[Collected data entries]

┌──

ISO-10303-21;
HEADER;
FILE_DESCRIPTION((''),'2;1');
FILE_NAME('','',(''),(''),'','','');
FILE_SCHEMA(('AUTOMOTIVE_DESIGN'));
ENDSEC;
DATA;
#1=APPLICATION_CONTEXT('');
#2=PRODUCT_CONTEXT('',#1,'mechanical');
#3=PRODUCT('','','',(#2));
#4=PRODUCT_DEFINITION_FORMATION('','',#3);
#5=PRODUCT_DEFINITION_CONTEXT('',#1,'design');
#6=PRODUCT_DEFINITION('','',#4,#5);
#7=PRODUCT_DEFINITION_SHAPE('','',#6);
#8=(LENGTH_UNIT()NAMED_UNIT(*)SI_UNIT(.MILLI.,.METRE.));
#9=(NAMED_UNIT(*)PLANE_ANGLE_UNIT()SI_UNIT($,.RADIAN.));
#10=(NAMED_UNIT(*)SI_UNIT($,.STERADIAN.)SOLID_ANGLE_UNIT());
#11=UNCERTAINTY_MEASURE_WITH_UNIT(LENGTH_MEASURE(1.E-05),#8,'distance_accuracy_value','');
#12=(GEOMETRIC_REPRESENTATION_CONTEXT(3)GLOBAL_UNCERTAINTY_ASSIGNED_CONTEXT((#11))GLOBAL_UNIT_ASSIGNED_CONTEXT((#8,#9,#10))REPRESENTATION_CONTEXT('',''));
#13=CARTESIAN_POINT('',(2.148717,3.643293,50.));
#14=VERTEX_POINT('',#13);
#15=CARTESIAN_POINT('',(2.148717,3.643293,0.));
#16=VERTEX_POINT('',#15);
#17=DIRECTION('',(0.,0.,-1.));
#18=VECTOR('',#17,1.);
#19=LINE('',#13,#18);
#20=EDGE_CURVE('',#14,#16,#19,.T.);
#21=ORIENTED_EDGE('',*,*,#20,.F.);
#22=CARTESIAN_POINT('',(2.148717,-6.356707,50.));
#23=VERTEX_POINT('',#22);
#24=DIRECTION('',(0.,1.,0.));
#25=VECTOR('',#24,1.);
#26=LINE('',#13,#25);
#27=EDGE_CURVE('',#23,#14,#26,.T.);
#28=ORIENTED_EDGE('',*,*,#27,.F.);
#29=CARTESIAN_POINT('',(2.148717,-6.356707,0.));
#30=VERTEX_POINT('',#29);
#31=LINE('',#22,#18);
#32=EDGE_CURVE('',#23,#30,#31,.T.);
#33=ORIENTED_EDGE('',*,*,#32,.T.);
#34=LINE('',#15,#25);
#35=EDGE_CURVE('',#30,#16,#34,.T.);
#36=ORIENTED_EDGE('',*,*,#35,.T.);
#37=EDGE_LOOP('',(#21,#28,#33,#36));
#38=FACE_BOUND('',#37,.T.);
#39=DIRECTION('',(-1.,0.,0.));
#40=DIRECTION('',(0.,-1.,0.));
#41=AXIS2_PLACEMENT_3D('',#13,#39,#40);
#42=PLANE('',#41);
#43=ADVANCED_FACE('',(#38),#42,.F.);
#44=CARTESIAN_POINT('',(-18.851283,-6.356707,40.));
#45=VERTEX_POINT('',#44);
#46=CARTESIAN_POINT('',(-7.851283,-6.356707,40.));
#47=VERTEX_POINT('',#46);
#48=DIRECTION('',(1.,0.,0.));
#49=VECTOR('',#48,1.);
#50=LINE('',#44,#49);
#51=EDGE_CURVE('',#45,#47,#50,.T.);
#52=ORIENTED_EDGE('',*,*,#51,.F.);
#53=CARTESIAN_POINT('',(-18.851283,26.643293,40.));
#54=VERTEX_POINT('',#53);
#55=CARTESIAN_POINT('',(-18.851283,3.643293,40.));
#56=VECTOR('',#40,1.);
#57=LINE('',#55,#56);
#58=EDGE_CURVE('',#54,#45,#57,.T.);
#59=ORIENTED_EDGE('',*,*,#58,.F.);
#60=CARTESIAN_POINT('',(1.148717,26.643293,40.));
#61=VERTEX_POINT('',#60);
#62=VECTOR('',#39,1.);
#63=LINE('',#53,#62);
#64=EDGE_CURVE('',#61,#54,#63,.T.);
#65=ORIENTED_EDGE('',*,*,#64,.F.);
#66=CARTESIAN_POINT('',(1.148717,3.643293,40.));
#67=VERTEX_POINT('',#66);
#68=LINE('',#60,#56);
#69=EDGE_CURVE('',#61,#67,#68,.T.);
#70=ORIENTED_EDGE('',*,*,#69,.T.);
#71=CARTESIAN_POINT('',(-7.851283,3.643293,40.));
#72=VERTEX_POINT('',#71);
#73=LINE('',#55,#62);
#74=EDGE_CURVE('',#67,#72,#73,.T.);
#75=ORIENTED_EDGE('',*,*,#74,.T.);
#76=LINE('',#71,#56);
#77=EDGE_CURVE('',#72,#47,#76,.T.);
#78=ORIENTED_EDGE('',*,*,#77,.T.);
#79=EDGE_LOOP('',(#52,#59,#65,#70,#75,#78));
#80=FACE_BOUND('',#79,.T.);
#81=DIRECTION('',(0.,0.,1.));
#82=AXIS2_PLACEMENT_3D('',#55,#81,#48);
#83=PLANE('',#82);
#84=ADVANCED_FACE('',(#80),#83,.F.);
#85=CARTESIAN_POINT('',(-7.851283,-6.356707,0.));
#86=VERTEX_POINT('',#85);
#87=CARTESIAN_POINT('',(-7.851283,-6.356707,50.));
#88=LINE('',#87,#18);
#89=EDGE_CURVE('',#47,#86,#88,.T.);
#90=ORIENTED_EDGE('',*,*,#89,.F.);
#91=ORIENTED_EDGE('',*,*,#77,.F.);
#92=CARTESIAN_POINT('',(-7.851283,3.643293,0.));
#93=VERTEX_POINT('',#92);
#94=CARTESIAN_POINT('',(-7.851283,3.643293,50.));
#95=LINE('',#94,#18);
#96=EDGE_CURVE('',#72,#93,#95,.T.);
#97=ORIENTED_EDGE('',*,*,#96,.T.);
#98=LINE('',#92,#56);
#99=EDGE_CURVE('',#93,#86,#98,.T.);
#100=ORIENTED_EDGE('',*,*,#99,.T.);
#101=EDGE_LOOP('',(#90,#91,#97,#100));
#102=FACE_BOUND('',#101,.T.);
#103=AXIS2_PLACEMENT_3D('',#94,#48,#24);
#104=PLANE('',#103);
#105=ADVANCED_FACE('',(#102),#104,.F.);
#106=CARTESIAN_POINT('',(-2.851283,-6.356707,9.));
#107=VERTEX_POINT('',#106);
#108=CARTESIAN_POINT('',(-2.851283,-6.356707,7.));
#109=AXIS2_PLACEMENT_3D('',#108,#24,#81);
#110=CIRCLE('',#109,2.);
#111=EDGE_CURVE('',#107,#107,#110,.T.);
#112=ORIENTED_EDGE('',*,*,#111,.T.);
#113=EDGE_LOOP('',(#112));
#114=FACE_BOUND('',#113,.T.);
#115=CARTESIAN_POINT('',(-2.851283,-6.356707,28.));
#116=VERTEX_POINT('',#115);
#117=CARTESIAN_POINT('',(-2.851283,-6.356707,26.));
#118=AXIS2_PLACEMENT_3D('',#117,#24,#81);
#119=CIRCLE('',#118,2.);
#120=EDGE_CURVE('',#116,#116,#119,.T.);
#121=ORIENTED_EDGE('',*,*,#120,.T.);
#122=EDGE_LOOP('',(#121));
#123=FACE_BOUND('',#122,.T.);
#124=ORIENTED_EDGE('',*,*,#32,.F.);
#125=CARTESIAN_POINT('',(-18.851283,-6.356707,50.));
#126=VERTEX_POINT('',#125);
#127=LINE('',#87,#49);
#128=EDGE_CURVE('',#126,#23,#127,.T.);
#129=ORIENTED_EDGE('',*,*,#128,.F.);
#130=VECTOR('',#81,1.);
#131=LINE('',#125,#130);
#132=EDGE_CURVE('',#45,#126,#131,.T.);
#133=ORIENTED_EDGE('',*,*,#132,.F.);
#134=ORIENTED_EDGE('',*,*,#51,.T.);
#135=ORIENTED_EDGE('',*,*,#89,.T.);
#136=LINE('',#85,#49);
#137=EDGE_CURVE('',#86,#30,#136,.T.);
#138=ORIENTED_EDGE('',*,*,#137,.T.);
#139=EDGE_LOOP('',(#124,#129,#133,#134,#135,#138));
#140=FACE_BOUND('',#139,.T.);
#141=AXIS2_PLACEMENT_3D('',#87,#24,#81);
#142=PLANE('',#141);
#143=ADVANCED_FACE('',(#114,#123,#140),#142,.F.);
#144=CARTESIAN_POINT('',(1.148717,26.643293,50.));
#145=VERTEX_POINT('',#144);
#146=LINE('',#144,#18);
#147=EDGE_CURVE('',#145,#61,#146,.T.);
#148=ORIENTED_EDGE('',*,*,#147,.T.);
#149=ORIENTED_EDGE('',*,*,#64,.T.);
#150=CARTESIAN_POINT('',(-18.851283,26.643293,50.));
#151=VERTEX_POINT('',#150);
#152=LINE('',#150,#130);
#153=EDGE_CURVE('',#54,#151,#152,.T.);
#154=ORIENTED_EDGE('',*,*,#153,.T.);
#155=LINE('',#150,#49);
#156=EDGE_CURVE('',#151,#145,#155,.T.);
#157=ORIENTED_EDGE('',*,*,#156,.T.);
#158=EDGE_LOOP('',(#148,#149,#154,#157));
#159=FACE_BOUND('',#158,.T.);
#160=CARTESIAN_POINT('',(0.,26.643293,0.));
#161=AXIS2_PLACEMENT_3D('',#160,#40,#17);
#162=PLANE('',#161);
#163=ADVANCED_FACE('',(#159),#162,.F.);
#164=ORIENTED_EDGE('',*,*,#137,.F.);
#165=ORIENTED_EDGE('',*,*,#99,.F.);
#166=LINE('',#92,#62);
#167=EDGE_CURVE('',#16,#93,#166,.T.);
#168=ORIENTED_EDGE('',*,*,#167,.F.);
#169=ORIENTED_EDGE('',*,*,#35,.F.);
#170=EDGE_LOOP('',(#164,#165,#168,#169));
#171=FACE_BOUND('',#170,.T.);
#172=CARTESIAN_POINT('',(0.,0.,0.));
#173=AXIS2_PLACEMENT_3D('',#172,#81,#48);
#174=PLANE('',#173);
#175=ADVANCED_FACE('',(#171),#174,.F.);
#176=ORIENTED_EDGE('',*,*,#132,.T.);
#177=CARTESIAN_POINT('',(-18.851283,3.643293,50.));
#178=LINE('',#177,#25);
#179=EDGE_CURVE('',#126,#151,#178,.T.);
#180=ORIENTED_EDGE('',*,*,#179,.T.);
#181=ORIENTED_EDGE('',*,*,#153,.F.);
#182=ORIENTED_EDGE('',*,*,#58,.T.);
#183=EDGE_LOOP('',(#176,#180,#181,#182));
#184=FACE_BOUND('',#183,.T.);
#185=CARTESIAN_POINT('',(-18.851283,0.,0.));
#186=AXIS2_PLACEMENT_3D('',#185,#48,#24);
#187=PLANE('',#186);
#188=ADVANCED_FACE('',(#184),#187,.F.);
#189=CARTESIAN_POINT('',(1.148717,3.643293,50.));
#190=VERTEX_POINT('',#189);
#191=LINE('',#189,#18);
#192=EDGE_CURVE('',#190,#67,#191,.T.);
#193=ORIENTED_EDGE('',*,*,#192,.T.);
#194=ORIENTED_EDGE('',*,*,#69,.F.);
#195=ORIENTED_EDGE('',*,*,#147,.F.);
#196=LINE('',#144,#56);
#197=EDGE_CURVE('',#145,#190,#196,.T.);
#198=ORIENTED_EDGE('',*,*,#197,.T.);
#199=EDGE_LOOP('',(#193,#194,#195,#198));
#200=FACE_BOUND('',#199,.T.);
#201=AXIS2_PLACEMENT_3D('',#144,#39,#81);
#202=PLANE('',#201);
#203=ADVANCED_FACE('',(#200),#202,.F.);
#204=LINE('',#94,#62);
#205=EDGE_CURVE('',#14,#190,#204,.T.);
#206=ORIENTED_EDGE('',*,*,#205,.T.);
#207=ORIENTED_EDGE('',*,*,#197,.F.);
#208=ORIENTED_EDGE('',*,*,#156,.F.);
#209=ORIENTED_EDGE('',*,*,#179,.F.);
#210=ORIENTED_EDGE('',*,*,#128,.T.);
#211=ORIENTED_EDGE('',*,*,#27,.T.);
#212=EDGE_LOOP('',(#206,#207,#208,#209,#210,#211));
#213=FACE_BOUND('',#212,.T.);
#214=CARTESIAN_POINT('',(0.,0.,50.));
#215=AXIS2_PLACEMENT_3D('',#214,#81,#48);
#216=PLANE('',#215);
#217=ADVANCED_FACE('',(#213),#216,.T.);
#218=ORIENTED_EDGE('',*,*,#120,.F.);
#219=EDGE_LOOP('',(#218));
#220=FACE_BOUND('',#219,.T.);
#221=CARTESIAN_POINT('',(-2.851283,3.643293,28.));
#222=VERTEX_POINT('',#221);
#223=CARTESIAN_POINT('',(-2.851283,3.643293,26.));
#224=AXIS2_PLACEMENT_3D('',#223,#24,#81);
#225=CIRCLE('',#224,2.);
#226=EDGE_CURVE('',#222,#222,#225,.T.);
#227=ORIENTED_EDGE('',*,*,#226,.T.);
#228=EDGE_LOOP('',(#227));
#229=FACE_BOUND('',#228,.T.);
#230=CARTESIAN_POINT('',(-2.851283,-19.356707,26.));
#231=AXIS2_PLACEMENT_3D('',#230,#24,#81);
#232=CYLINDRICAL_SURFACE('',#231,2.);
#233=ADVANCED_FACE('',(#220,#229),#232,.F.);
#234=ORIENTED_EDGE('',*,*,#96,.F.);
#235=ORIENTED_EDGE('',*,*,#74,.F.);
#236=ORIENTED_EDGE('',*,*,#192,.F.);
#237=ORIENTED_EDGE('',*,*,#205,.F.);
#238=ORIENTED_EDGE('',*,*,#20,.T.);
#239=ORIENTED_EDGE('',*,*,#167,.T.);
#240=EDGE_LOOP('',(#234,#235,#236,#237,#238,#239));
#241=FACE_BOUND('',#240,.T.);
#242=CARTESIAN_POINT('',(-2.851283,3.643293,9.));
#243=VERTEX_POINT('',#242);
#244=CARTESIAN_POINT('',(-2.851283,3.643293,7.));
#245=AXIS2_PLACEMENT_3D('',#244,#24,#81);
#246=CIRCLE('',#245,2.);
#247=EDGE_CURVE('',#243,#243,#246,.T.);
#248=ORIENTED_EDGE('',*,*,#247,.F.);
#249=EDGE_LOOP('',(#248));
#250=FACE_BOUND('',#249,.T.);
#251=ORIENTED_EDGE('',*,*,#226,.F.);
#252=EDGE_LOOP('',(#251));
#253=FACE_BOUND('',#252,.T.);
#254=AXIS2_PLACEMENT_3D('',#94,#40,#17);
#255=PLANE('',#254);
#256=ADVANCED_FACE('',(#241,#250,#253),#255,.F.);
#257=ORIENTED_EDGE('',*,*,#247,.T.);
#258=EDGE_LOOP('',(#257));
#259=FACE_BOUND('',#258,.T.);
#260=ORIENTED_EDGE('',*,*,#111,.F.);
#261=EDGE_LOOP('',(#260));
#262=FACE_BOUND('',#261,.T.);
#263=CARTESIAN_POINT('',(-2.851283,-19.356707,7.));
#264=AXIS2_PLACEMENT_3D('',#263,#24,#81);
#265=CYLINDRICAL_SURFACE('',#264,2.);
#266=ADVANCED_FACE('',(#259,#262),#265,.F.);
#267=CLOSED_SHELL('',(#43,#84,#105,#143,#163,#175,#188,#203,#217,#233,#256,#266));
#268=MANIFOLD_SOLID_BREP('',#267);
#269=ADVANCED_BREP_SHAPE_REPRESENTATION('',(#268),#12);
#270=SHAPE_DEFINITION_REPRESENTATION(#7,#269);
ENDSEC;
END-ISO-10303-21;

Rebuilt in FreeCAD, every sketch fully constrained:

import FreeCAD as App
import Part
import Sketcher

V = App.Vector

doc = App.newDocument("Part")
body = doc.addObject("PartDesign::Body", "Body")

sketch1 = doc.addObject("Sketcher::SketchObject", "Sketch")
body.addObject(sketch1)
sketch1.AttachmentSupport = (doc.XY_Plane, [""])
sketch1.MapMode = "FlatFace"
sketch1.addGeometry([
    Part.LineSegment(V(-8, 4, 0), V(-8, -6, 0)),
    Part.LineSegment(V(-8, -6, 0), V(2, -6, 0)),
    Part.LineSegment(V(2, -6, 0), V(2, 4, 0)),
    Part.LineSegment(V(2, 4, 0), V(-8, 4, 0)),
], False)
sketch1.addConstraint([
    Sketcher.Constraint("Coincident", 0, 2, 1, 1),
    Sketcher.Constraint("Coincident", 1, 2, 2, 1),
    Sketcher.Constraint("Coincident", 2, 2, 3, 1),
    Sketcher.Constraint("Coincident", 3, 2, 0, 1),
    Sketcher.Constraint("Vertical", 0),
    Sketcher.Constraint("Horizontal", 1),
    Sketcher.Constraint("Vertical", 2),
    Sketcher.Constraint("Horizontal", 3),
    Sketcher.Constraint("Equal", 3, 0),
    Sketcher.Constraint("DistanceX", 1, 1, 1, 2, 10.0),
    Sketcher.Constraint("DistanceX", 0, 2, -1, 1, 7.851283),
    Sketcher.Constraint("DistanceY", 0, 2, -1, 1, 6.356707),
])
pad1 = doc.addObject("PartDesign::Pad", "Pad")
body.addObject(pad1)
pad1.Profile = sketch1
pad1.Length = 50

└──

Scan the data above for the word "DIRECTION". Copy every line in which it is found.

Answer to the problem –
#17=DIRECTION('',(0.,0.,-1.));
#24=DIRECTION('',(0.,1.,0.));
#39=DIRECTION('',(-1.,0.,0.));
#40=DIRECTION('',(0.,-1.,0.));
#48=DIRECTION('',(1.,0.,0.));
#81=DIRECTION('',(0.,0.,1.));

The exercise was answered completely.